# Any BBW 3D models out there?



## fatgirl33 (Nov 19, 2005)

I'm a big fan of Weight Gain-related artwork (obviously!), and am familiar with the traditional 2D kind, but I have occasionally come across some 3D, computer-generated pics & animation with BBW & WG themes. 

Can anyone point me toward some examples of 3D artwork or animation? I'm really interested in seeing what is being done? I'm kind of interested in getting my feet wet with some 3D software, but I have absolutely no training or experience in anything like that.

Thanks for any suggestions?


----------



## Jack Skellington (Nov 19, 2005)

The only CGI BBW art I am aware of is the stuff from 3rd-art website. Their 3darlings character Nadia is a BBW.


----------



## Zoom (Nov 19, 2005)

Probably the best 3D application to make fat women models is Poser. I have Poser 6, but I haven't been able to make it work well. If you can get pointers from someone, you might do better than I.


----------



## gangstadawg (Nov 20, 2005)

go to boobrepli.net the artist ecilam is there.


----------



## Totmacher (Nov 20, 2005)

www.marksmorphs.com It's all inflation stuff, but that guy really knows his way around poser. I run into a lot of 3D BBW art with a tag from, " digital adiposity", but I've had no luck tracking that site down.


----------



## gangstadawg (Nov 22, 2005)

digitaladiposity doesnt have a website.


----------



## fatgirl33 (Nov 22, 2005)

Thanks for the suggestions, guys! I will check out some of those sites and Poser. I'd like to take a course or something in the basics of using 3D software, but for now I'll check out the resources on the Web.
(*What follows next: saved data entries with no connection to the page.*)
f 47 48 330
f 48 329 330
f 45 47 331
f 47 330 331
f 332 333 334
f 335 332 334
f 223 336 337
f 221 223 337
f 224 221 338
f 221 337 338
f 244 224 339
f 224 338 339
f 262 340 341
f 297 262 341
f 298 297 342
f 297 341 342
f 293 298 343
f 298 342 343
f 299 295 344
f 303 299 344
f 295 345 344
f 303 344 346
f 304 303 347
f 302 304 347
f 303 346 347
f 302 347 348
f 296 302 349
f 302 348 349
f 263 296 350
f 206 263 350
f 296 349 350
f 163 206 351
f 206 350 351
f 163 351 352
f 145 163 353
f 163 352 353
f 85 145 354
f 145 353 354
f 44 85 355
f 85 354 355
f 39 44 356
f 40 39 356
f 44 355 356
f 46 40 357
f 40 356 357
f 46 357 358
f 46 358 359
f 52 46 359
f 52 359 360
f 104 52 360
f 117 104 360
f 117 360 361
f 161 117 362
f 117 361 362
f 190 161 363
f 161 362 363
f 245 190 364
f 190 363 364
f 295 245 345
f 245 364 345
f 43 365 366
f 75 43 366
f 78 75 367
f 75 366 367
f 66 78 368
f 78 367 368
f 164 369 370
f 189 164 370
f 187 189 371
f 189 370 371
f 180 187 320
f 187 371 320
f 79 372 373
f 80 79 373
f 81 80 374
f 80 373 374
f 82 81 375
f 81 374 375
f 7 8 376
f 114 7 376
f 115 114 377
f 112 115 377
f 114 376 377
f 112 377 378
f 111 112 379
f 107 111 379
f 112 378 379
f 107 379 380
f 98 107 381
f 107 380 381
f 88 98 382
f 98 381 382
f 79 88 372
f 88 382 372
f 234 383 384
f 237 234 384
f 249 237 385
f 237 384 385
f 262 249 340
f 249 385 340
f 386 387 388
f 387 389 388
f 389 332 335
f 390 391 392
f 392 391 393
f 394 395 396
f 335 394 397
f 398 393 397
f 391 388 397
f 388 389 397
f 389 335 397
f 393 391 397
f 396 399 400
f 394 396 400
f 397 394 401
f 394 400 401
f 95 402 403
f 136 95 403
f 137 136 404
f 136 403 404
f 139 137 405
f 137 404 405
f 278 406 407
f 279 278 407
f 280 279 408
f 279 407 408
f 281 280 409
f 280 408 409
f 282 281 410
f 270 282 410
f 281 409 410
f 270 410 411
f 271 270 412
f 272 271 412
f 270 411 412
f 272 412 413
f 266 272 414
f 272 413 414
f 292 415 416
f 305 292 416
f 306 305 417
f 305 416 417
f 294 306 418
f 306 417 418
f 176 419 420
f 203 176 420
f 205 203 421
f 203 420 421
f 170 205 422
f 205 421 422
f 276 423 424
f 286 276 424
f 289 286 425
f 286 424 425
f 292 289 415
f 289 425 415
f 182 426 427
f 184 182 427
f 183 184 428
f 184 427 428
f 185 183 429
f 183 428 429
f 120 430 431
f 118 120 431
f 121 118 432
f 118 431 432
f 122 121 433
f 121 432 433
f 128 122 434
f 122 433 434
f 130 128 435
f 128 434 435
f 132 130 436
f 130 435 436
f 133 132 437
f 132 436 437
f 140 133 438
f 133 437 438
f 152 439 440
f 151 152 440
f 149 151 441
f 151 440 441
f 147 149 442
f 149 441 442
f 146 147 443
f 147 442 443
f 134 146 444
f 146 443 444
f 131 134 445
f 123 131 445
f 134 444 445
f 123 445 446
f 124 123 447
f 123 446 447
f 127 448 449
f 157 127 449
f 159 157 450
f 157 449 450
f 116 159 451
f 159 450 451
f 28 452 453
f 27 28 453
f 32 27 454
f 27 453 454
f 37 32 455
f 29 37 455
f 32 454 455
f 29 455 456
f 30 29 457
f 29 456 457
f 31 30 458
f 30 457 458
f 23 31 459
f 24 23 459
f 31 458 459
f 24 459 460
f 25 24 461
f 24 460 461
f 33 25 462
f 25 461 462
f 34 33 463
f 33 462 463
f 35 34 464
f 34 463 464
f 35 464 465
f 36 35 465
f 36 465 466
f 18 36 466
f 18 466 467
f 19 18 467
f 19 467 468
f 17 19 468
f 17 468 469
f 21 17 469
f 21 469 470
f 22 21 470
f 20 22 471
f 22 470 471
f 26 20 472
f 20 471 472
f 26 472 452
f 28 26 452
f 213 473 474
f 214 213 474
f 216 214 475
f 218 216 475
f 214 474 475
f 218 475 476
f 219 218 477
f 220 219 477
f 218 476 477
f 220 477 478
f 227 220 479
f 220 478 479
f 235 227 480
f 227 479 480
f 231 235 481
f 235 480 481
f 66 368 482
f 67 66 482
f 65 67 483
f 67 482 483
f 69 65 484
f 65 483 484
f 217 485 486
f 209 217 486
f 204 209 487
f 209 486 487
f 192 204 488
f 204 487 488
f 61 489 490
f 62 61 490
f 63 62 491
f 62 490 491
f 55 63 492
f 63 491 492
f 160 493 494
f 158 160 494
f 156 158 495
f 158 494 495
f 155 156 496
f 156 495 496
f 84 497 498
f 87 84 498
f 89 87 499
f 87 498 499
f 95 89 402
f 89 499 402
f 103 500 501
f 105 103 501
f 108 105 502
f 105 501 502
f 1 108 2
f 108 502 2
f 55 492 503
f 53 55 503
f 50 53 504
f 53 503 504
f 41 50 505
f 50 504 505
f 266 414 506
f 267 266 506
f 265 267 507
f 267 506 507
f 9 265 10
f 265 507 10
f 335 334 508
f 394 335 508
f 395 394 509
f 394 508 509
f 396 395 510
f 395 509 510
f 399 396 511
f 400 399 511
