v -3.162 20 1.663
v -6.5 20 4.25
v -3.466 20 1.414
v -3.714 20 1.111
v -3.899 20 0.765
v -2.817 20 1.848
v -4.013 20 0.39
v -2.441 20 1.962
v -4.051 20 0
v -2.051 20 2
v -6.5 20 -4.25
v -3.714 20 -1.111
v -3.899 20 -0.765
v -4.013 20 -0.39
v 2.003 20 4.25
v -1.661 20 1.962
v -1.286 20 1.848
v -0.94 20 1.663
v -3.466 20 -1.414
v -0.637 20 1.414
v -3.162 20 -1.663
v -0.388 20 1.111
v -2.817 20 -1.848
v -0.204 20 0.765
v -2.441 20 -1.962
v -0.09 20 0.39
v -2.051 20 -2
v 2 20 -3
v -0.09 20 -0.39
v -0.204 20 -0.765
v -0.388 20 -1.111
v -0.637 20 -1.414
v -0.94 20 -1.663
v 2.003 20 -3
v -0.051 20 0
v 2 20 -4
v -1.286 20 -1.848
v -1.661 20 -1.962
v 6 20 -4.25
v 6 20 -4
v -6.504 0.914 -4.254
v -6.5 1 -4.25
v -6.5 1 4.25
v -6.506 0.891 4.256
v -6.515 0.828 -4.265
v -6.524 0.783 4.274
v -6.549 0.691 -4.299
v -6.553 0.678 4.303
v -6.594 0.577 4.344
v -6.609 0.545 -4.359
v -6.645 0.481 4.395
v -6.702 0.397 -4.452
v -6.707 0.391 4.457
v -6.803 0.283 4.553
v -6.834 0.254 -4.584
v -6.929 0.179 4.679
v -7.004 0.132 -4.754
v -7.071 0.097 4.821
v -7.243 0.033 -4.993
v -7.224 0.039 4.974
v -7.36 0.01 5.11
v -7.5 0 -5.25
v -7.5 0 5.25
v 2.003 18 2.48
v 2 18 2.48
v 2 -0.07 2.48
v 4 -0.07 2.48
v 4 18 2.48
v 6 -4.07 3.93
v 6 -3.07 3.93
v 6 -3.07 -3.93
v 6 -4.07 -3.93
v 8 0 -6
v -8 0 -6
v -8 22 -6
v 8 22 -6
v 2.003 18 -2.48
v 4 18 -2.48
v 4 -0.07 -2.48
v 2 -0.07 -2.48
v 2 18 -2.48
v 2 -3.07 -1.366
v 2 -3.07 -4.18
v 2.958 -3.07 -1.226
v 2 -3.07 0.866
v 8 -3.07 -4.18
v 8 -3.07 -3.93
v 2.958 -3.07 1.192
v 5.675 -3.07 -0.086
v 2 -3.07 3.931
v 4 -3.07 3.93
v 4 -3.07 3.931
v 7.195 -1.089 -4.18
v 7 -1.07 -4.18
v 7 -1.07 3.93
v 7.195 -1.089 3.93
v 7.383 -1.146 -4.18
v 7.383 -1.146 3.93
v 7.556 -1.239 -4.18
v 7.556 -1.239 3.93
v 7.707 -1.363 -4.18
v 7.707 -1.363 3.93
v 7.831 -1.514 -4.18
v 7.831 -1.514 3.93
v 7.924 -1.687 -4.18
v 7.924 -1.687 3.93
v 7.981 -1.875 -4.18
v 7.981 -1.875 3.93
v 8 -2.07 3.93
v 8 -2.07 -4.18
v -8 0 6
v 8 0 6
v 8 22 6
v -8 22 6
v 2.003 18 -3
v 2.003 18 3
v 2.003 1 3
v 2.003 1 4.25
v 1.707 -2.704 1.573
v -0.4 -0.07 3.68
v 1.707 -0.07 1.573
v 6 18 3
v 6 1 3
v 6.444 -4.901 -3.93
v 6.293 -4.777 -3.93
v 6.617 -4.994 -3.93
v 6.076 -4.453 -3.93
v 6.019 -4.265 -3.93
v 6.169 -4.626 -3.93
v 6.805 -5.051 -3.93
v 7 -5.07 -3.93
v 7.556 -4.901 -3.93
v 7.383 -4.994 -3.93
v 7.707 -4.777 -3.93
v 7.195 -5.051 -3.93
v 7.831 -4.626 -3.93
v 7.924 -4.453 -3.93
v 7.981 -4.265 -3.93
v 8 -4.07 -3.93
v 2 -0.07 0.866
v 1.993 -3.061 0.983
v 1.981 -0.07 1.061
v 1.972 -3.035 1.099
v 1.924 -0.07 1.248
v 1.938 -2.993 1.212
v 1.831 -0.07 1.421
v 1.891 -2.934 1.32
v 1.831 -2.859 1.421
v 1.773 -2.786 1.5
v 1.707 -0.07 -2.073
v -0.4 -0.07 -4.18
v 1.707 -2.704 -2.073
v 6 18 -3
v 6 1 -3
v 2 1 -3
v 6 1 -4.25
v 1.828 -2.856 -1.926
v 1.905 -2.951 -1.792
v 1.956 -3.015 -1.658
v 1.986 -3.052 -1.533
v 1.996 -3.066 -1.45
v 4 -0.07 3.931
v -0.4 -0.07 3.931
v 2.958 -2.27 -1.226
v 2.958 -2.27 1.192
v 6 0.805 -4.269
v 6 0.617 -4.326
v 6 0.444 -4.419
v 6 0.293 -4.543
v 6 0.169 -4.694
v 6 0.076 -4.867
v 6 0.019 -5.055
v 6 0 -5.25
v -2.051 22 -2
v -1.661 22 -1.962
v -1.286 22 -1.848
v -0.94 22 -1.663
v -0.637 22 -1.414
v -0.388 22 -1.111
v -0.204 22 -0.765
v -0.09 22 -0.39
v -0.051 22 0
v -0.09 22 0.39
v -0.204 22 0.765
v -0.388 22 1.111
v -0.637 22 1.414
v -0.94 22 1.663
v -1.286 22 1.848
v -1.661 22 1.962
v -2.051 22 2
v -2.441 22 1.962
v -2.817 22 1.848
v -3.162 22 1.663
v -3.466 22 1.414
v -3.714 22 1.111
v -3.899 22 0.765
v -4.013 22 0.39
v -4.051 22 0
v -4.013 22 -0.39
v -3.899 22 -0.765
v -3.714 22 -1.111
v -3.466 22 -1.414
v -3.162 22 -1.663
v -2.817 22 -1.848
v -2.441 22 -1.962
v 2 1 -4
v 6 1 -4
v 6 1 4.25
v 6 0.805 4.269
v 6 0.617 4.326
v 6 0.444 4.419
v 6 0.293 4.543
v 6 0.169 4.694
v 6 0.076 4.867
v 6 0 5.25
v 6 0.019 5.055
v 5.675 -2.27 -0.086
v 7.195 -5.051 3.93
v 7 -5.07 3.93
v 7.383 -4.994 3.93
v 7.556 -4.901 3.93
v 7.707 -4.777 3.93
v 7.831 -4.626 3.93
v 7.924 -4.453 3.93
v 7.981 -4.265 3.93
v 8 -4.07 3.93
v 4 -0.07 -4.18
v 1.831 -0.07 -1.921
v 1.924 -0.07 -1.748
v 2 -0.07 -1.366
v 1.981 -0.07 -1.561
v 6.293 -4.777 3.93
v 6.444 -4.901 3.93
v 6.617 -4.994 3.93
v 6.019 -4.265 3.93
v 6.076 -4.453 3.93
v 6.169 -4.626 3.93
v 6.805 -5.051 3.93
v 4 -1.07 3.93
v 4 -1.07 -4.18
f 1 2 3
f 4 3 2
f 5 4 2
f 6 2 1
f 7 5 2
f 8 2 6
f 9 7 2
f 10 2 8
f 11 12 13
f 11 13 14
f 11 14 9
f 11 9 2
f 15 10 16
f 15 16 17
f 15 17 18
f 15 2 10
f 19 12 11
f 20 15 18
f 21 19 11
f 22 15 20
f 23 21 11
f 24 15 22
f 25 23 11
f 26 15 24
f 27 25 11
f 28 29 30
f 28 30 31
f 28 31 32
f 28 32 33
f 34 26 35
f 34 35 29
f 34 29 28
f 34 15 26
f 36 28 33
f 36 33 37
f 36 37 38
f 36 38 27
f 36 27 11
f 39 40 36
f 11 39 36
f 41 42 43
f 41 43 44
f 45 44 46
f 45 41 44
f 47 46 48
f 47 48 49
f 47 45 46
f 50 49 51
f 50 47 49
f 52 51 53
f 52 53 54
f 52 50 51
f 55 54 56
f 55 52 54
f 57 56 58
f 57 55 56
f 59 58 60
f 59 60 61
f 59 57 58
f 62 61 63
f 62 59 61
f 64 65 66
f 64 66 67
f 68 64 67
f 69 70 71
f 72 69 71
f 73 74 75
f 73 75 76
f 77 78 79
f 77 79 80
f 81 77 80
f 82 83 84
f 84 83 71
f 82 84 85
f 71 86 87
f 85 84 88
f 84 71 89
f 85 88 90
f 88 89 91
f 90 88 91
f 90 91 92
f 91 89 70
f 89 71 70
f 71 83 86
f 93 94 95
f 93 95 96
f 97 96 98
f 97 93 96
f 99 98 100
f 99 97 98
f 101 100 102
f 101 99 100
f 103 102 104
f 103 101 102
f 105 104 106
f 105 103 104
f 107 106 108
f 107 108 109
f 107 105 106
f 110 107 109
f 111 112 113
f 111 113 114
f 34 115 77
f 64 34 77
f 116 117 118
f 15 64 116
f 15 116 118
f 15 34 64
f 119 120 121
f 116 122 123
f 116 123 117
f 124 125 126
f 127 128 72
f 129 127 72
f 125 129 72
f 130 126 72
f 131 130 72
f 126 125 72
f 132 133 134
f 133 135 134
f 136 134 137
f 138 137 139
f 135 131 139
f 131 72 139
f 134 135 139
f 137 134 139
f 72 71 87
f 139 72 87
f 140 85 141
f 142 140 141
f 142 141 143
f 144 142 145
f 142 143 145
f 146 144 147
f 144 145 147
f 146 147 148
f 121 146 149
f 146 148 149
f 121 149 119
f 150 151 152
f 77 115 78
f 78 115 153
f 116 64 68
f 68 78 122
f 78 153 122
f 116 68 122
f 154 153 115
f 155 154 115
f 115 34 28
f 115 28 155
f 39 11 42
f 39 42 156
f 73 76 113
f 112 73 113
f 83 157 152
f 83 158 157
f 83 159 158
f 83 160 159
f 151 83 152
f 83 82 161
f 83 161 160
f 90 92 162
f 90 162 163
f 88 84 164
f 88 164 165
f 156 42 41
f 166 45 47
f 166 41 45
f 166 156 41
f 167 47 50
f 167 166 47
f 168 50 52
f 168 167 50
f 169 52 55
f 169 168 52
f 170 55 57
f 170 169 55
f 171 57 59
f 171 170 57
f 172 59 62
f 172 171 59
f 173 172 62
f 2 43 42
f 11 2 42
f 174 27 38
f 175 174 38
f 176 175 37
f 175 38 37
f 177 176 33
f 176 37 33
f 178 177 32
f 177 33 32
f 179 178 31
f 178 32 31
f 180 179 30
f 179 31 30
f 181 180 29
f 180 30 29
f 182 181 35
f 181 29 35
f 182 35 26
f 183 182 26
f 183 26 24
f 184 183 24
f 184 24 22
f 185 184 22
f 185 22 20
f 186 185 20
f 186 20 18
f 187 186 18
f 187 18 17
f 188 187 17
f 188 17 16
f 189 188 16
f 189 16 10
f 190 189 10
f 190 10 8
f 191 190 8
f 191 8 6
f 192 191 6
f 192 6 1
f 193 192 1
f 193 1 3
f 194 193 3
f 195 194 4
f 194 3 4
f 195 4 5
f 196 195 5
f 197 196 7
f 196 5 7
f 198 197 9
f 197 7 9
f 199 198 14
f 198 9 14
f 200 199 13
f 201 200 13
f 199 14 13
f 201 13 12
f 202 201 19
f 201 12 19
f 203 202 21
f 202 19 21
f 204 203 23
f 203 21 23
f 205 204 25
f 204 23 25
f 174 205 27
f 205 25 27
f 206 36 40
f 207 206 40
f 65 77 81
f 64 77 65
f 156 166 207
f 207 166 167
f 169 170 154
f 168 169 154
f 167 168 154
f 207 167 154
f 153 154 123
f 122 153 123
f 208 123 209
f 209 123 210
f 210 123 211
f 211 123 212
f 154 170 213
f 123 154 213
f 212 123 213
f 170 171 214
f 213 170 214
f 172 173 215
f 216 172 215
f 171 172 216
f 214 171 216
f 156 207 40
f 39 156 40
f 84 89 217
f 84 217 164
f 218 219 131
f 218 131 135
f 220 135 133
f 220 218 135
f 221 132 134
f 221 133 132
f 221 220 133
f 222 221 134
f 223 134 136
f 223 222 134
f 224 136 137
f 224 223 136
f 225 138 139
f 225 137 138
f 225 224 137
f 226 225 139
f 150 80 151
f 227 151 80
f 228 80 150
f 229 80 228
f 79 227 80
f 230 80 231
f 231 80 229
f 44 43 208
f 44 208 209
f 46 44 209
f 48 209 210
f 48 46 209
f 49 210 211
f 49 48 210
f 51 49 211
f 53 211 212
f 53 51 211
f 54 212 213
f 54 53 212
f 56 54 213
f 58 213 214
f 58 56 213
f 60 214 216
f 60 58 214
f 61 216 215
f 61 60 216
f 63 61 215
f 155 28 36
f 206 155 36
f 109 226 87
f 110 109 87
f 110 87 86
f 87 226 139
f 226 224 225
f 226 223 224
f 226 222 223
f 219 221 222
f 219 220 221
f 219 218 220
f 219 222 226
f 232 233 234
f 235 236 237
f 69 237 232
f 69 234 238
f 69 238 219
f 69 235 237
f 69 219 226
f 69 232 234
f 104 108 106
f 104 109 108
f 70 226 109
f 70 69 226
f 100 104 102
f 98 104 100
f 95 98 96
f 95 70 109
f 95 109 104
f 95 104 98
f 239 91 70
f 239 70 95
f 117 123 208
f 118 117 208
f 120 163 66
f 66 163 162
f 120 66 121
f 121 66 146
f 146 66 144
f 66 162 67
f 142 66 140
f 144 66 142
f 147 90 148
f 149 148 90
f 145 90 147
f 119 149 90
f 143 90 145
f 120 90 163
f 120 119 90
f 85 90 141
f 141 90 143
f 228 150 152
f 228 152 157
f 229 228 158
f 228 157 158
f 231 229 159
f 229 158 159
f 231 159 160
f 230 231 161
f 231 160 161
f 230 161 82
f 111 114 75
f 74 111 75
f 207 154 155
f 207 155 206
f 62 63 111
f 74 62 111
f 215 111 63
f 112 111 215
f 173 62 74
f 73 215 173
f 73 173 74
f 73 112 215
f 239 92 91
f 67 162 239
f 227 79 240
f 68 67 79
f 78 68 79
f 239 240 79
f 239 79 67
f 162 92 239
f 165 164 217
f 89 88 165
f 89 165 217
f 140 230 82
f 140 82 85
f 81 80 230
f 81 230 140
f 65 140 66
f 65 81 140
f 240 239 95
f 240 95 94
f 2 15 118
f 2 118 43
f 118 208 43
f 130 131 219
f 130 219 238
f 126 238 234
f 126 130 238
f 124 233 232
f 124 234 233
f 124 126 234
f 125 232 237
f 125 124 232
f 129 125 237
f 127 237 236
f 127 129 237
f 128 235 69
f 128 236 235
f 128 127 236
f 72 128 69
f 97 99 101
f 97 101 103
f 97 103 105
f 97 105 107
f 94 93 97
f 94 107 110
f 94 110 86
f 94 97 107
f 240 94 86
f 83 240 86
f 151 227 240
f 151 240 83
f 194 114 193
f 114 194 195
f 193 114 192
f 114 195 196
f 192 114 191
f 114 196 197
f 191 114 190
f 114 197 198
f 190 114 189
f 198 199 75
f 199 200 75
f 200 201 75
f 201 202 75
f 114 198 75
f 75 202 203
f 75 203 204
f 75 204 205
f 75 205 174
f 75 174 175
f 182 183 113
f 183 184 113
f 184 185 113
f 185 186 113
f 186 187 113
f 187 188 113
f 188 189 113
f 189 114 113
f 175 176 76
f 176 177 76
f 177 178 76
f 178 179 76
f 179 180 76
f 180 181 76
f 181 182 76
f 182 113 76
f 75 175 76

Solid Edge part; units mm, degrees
sketch "Sketch1" plane through (0, 0, 0) normal (0, -1, 0) x (1, 0, 0)
  line L0 (8, 6) -> (-8, 6)
  line L1 (-8, 6) -> (-8, -6)
  line L2 (-8, -6) -> (8, -6)
  line L3 (8, -6) -> (8, 6)
extrude "Protrusion1" add sketch "Sketch1" against normal blind 22
sketch "Sketch2" plane through (0, 0, 0) normal (0, -1, 0) x (1, 0, 0)
  line L0 (6, 4.25) -> (-6.5, 4.25)
  line L1 (-6.5, 4.25) -> (-6.5, -4.25)
  line L2 (-6.5, -4.25) -> (6, -4.25)
  line L3 (6, -4.25) -> (6, 4.25)
extrude "Cutout1" cut sketch "Sketch2" against normal blind 20
sketch "Sketch3" plane through (0, 20, 0) normal (0, -1, 0) x (1, 0, 0)
  line L0 (6, -3) -> (2, -3)
  line L1 (2, -3) -> (2, -4)
  line L2 (2, -4) -> (6, -4)
  line L3 (6, -4) -> (6, -3)
  line L4 (6, 3) -> (2.0028, 3)
  line L5 (2.0028, 3) -> (2.0028, 4.25)
  line L6 (2.0028, 4.25) -> (6, 4.25)
  line L7 (6, 4.25) -> (6, 3)
extrude "LockSideProtrusion" add sketch "Sketch3" along normal blind 19
sketch "Sketch4" plane through (0, 20, 0) normal (0, -1, 0) x (1, 0, 0)
  line L0 (6, 3) -> (6, -3)
  line L1 (6, -3) -> (2.0028, -3)
  line L2 (2.0028, -3) -> (2.0028, 3)
  line L3 (2.0028, 3) -> (6, 3)
extrude "LockBaseProtrusion" add sketch "Sketch4" along normal blind 2
sketch "Sketch5" plane through (4.0014, 18, 0) normal (0, -1, 0) x (1, 0, 0)
  line L0 (-0.0014, 2.48) -> (-0.0014, -2.48)
  line L1 (-0.0014, -2.48) -> (-2.0014, -2.48)
  line L2 (-2.0014, -2.48) -> (-2.0014, 2.48)
  line L3 (-2.0014, 2.48) -> (-0.0014, 2.48)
Thanks, and any more suggestions are welcome! Are there no WG 3D videos? Sounds like a morpher's dream!

Brenda


----------



## MissToodles (Nov 22, 2005)

Poser is supposed to be the worst. Try Cinema 4D which you can get a free demo of from there website.


----------



## fatgirl33 (Nov 22, 2005)

MissToodles said:


> Poser is supposed to be the worst. Try Cinema 4D which you can get a free demo of from there website.
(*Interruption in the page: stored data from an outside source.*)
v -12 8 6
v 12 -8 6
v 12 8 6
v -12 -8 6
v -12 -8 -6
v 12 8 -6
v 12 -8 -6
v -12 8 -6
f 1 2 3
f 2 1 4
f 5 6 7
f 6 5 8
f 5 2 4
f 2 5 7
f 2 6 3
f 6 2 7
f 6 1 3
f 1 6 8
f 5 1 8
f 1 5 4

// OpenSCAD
// Auto-generated from tests/data/feature_fixtures_manifest.json
// fixture: box_hollow_ambiguous
// fixture_type: box
// description: Hollow box with interior cavity - can be interpreted as single hollow box OR as six separate wall plates
$fn = 96;

box_size = [24.000000, 16.000000, 12.000000];
box_origin = [-12.000000, -8.000000, -6.000000];

module through_hole_x(center, diameter, length) {
  translate([box_origin[0] - 0.1, center[1], center[2]])
    rotate(a=90, v=[0, 1, 0]) cylinder(d=diameter, h=length, center=false);
}

module through_hole_y(center, diameter, length) {
  translate([center[0], box_origin[1] - 0.1, center[2]])
    rotate(a=90, v=[-1, 0, 0]) cylinder(d=diameter, h=length, center=false);
}

module through_hole_z(center, diameter, length) {
  translate([center[0], center[1], box_origin[2] - 0.1])
    cylinder(d=diameter, h=length, center=false);
}

difference() {
  translate(box_origin) cube(box_size);
}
I know we're getting a little off topic here.... But my goal is mainly to reduce the learning curve and start making some fat people! Just looking at Cinema 4D, it looks like it's a much more flexible & difficult program to use... any idea if this is the case? Poser looks pretty user friendly from what I've seen on the Web.


----------



## NotAnExpert (Nov 23, 2005)

gangstadawg said:


> digitaladiposity doesnt have a website.



http://groups.yahoo.com/group/digital_adiposity/
http://digital-adiposity.deviantart.com/


----------



## gangstadawg (Nov 23, 2005)

NotAnExpert said:


> http://groups.yahoo.com/group/digital_adiposity/
> http://digital-adiposity.deviantart.com/


i stand corrected.


----------



## altered states (Nov 23, 2005)

Zoom said:


> Probably the best 3D application to make fat women models is Poser. I have Poser 6, but I haven't been able to make it work well. If you can get pointers from someone, you might do better than I.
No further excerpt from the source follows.